Tuesday 12 December 2017

Nice try - Amy and Brian's dream home held up in plan row

The house purchased by Brian O'Driscoll and Amy Huberman
The house purchased by Brian O'Driscoll and Amy Huberman

Gordon Deegan

Brian O'Driscoll and Amy Huberman's plans to revamp their new €1.8m dream family home in south Dublin have fallen foul of their next door neighbours.

The couple's new neighbours, Donald and Isabel Fitzmaurice, of Palmerston Road, Rathmines, have lodged an objection with Dublin City Council against the scale of the O'Driscoll/Huberman plan.

A drawing of the planned extension
A drawing of the planned extension

The Fitzmaurices live in the adjoining semi-detached home on the exclusive road.

In a comprehensive objection lodged on behalf of the Fitzmaurices, director of Coda Architects Brian O'Donnell claims the impact and overbearing nature of the proposed development "will be hugely detrimental to the amenity" of the adjoining Fitzmaurice home.

Mr O'Donnell also takes issue with a statement by planning consultants for the celebrity couple lodged with the City Council that the Fitzmaurices were consulted throughout the design stages "and are satisfied that appropriate measures have been taken to ensure that the proposal will not result in the dis-amenity to their property".

In the objection, Mr O'Donnell stated: "Whilst some consultation did take place, the applicants in the end declined to amend their scheme to accommodate the concerns of my clients in relation to the extent of the proposed development."

The original main room
The original main room

O'Driscoll and Huberman have yet to move in. Their application includes a new three-storey rear extension to replace the existing "non original" two-storey extension and a new single-storey side and rear extension.

However, Mr O'Donnell stated "we believe that the scale of the proposed development and its effect in multiple locations to the existing house will have an adverse impact on the character and amenity of the adjoining dwelling and contrary to the Dublin City Development Plan".

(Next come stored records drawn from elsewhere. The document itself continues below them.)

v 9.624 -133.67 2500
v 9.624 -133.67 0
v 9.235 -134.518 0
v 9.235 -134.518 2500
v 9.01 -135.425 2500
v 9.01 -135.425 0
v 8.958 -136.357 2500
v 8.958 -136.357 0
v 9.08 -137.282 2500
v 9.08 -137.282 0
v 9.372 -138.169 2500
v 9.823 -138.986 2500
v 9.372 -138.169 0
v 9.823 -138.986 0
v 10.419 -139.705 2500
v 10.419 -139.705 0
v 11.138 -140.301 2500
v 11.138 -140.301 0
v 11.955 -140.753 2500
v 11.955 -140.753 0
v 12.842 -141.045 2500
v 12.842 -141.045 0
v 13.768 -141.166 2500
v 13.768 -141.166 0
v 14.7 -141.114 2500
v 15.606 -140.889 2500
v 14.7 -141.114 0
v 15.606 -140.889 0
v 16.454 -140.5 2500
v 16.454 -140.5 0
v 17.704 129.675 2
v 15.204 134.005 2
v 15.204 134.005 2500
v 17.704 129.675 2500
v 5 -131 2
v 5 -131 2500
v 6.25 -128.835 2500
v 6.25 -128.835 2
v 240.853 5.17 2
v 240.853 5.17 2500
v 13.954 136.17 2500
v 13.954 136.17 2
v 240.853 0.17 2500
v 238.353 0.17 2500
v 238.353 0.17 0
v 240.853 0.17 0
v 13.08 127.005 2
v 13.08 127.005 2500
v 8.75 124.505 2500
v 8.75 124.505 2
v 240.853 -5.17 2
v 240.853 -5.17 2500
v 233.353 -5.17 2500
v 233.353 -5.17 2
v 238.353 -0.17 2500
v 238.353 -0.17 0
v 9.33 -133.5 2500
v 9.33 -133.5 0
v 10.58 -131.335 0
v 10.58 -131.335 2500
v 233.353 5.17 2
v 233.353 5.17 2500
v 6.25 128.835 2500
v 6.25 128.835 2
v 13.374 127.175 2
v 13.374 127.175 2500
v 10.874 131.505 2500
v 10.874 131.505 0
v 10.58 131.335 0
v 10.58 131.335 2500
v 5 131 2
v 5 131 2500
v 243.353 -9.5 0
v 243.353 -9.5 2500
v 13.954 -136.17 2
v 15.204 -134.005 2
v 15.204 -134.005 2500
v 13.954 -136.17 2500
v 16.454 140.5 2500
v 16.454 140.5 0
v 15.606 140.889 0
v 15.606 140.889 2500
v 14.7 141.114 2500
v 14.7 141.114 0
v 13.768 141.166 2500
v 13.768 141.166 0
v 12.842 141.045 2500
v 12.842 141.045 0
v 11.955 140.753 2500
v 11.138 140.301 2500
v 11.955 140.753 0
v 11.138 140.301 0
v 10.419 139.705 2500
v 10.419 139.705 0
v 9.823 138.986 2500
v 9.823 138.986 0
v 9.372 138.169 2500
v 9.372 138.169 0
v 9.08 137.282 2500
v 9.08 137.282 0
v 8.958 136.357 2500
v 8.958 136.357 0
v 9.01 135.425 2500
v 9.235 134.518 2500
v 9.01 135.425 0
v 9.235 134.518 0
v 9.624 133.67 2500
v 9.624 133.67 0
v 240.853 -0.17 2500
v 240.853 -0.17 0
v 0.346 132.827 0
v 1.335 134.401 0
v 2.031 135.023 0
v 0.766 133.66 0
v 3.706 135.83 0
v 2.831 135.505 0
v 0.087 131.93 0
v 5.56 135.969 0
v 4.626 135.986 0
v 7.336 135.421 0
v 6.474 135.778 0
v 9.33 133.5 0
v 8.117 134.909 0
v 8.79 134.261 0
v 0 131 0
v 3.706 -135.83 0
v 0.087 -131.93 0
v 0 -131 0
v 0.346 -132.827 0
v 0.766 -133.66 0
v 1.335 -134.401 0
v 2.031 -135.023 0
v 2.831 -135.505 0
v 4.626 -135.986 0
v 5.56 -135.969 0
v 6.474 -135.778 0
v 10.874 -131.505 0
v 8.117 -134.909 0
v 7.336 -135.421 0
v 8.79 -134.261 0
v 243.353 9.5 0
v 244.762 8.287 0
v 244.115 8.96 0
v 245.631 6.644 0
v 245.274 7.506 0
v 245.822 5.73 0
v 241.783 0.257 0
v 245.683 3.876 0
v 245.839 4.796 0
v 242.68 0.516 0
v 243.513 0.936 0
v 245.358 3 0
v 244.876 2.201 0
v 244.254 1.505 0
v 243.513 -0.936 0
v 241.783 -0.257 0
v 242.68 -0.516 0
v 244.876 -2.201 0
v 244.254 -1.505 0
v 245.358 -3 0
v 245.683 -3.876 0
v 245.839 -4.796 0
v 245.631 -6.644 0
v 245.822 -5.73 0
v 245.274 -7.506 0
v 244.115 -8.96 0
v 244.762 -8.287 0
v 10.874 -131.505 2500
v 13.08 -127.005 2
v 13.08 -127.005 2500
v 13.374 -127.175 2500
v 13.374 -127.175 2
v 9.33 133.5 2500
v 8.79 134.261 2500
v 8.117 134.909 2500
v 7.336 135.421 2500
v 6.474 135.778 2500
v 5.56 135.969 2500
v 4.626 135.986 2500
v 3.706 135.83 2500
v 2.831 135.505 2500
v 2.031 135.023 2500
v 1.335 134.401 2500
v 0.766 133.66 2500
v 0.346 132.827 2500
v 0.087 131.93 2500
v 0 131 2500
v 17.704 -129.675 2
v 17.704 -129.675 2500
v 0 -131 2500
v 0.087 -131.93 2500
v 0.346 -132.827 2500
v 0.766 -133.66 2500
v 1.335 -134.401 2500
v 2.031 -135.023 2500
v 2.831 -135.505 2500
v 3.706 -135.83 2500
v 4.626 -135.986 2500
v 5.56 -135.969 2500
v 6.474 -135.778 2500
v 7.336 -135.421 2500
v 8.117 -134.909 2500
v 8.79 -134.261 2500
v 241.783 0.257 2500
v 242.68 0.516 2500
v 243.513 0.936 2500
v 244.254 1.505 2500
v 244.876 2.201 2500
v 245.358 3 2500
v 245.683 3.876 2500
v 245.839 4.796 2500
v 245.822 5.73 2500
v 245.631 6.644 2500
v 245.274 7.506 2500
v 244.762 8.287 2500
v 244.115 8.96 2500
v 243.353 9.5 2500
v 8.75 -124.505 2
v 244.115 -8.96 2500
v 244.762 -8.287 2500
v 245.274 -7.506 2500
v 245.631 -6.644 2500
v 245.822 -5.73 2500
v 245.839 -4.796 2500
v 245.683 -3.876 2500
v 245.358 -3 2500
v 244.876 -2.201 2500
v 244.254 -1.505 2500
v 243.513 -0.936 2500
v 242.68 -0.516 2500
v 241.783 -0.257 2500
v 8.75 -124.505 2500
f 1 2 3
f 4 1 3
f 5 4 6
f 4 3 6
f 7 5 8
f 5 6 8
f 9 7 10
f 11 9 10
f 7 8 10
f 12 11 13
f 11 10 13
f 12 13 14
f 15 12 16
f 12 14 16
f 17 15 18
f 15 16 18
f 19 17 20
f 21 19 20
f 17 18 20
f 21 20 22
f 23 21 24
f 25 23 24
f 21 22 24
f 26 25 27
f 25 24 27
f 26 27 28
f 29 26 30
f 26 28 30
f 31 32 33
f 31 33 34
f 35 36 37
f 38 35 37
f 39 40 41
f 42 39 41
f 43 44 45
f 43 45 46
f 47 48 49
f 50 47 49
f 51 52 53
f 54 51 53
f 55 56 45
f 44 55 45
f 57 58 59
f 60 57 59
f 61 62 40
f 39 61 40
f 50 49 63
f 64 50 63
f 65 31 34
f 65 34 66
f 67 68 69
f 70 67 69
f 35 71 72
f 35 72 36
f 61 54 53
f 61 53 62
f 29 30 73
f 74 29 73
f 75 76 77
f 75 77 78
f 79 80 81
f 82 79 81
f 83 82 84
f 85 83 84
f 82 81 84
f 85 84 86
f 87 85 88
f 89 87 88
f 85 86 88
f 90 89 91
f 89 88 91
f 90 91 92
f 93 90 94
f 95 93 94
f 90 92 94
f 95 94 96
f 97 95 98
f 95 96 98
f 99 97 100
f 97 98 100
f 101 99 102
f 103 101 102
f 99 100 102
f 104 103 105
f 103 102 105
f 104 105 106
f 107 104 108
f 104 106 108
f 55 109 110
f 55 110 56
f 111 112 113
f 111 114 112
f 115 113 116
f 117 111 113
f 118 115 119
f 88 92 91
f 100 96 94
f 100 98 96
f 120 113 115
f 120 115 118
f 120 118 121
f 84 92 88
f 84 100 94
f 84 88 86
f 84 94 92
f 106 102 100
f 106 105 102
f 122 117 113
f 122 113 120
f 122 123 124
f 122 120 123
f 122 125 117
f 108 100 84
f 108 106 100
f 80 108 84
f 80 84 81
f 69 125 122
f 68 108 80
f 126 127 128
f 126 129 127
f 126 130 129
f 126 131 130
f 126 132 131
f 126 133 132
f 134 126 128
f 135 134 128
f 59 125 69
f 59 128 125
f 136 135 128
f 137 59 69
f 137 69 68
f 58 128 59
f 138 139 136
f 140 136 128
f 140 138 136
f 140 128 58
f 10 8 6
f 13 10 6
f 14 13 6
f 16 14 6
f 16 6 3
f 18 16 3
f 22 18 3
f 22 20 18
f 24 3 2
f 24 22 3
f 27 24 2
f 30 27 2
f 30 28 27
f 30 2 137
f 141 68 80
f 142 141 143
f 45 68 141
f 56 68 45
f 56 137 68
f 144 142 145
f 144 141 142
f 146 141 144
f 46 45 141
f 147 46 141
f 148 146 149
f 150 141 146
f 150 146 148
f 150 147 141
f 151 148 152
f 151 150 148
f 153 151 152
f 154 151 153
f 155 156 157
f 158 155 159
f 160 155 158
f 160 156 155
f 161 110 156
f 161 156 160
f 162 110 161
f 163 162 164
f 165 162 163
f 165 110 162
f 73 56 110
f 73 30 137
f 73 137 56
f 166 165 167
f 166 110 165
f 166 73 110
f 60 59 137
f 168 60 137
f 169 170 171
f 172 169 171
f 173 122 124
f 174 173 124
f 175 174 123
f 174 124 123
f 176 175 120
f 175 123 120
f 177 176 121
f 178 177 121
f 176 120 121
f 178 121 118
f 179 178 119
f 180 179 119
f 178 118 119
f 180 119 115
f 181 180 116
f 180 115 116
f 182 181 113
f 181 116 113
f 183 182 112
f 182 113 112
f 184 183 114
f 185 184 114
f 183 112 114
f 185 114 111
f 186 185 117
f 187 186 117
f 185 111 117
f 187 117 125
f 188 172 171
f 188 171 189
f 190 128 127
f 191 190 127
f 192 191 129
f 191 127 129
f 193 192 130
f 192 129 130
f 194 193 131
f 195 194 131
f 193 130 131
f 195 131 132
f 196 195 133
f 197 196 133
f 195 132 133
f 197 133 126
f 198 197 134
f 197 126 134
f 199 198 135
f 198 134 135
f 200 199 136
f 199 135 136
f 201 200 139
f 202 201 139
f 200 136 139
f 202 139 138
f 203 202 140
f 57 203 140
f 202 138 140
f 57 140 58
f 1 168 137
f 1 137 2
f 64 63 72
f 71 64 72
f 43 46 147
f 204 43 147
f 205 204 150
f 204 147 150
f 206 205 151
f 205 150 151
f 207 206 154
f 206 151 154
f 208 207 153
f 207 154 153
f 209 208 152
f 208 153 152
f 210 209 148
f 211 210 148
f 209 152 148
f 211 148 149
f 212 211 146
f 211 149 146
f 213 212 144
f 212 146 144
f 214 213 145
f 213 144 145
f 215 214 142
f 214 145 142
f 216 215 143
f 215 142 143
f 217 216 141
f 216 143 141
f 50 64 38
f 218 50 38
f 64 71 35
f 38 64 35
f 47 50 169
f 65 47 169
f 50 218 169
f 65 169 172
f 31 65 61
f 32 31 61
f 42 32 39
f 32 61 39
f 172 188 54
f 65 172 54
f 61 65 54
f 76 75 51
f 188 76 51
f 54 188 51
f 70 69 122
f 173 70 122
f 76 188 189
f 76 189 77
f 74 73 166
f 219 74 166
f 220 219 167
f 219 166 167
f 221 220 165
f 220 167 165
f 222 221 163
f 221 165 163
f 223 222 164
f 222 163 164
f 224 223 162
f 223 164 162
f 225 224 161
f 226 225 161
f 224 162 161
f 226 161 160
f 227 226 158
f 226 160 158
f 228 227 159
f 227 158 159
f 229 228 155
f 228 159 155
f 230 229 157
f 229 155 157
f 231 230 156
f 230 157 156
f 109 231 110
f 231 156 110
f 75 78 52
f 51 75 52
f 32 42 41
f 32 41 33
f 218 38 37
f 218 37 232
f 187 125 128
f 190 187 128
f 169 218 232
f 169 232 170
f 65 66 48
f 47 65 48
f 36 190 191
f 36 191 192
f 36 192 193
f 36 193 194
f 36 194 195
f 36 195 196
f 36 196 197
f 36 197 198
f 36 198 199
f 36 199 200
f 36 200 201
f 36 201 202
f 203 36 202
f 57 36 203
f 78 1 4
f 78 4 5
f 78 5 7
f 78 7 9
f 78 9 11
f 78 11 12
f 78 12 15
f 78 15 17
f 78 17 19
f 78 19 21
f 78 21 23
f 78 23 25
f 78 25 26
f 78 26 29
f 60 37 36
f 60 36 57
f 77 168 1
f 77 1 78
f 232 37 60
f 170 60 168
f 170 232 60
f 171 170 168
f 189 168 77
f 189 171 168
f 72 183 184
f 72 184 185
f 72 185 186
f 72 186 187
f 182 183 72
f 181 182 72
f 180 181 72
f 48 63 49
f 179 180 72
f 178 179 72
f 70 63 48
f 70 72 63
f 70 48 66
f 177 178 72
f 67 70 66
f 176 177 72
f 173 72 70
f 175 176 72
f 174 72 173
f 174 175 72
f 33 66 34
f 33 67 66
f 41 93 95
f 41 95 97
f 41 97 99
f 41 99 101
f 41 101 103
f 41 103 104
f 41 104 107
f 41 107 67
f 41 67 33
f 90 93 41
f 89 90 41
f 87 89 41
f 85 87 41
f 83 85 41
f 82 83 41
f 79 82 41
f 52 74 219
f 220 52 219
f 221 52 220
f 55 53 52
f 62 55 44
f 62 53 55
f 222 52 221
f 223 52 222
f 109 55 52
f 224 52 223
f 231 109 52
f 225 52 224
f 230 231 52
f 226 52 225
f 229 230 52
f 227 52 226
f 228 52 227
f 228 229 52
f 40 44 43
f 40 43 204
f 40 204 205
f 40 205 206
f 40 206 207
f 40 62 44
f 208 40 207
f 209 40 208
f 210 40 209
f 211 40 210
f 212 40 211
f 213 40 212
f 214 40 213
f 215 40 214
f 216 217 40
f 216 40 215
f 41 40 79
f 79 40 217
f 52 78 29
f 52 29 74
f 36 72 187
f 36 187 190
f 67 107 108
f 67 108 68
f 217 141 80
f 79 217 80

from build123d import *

# Parameters (mm, degrees)
F1_DEPTH    = 2500
F2_T        = 5
F2_T3_DEPTH = 2510
F4_DEPTH    = 2


# Not quite as in the source:
# - a shell that OpenCascade refuses in one call is made with other operations: the cavity is built on its own and cut out


with BuildPart() as f1:
    # F0 (on Top) → F1 (new body)
    with BuildSketch(Plane.XY):
        with BuildLine():
            Line((243.3531384634, 9.5), (16.4544826719, 140.5))
            ThreePointArc((16.4544826719, 140.5), (10.418948766, 139.705406887), (9.624355653, 133.6698729811))
            Line((9.624355653, 133.6698729811), (10.874355653, 131.5048094716))
            Line((10.874355653, 131.5048094716), (10.5801270189, 131.3349364905))
            Line((10.5801270189, 131.3349364905), (9.3301270189, 133.5))
            ThreePointArc((9.3301270189, 133.5), (3.7059047745, 135.8296291314), (0, 131))
            Line((0, 131), (0, -131))
            ThreePointArc((0, -131), (3.7059047745, -135.8296291314), (9.3301270189, -133.5))
            Line((9.3301270189, -133.5), (10.5801270189, -131.3349364905))
            Line((10.5801270189, -131.3349364905), (10.874355653, -131.5048094716))
            Line((10.874355653, -131.5048094716), (9.624355653, -133.6698729811))
            ThreePointArc((9.624355653, -133.6698729811), (10.418948766, -139.705406887), (16.4544826719, -140.5))
            Line((16.4544826719, -140.5), (243.3531384634, -9.5))
            ThreePointArc((243.3531384634, -9.5), (245.6827675949, -3.8757777556), (240.8531384634, -0.1698729811))
            Line((240.8531384634, -0.1698729811), (238.3531384634, -0.1698729811))
            Line((238.3531384634, -0.1698729811), (238.3531384634, 0.1698729811))
            Line((238.3531384634, 0.1698729811), (240.8531384634, 0.1698729811))
            ThreePointArc((240.8531384634, 0.1698729811), (245.6827675949, 3.8757777556), (243.3531384634, 9.5))
        make_face()
    extrude(amount=F1_DEPTH)

    # F2: shell of thickness 5, made by hand


with BuildPart() as f2_core1:
    # F2_t2: copy of F1
    add(f1.part)

    # the walls: a layer under each face that stays
    f2_faces = [f2_core1.faces().sort_by_distance(p)[0] for p in [
        (129.9038105677, 75, 1250),
        (10.249355653, 132.5873412263, 1250),
        (10.727241336, 131.4198729811, 1250),
        (9.9551270189, 132.4174682453, 1250),
        (0, 0, 1250),
        (9.9551270189, -132.4174682453, 1250),
        (10.727241336, -131.4198729811, 1250),
        (10.249355653, -132.5873412263, 1250),
        (129.9038105677, -75, 1250),
        (239.6031384634, -0.1698729811, 1250),
        (238.3531384634, 0, 1250),
        (239.6031384634, 0.1698729811, 1250),
    ]]
    thicken(f2_faces, amount=-F2_T, mode=Mode.SUBTRACT)

    # F2_s4 → F2_t3 (cut)
    with BuildSketch(Plane.XY.offset(-5)):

Mr O'Donnell is requesting the Council restricts the extent of the development where it significantly impacts on the Fitzmaurice home.

Mr O'Donnell stated: "We submit that reasonable restrictions on the proposed development would enable the development proceed whilst respecting the rights and amenities of the adjoining owner."

Last year, O'Driscoll and Huberman bought the Victorian property for €1.8m and was less than half the €4.3m the previous owners paid for the home in 2006.

In December, the couple successfully secured permission for an extension to the five-year planning permission attached to the property.

However, they lodged a fresh planning application last month for an even larger extension to the home.

A decision is due by Dublin City Council on the plan next month.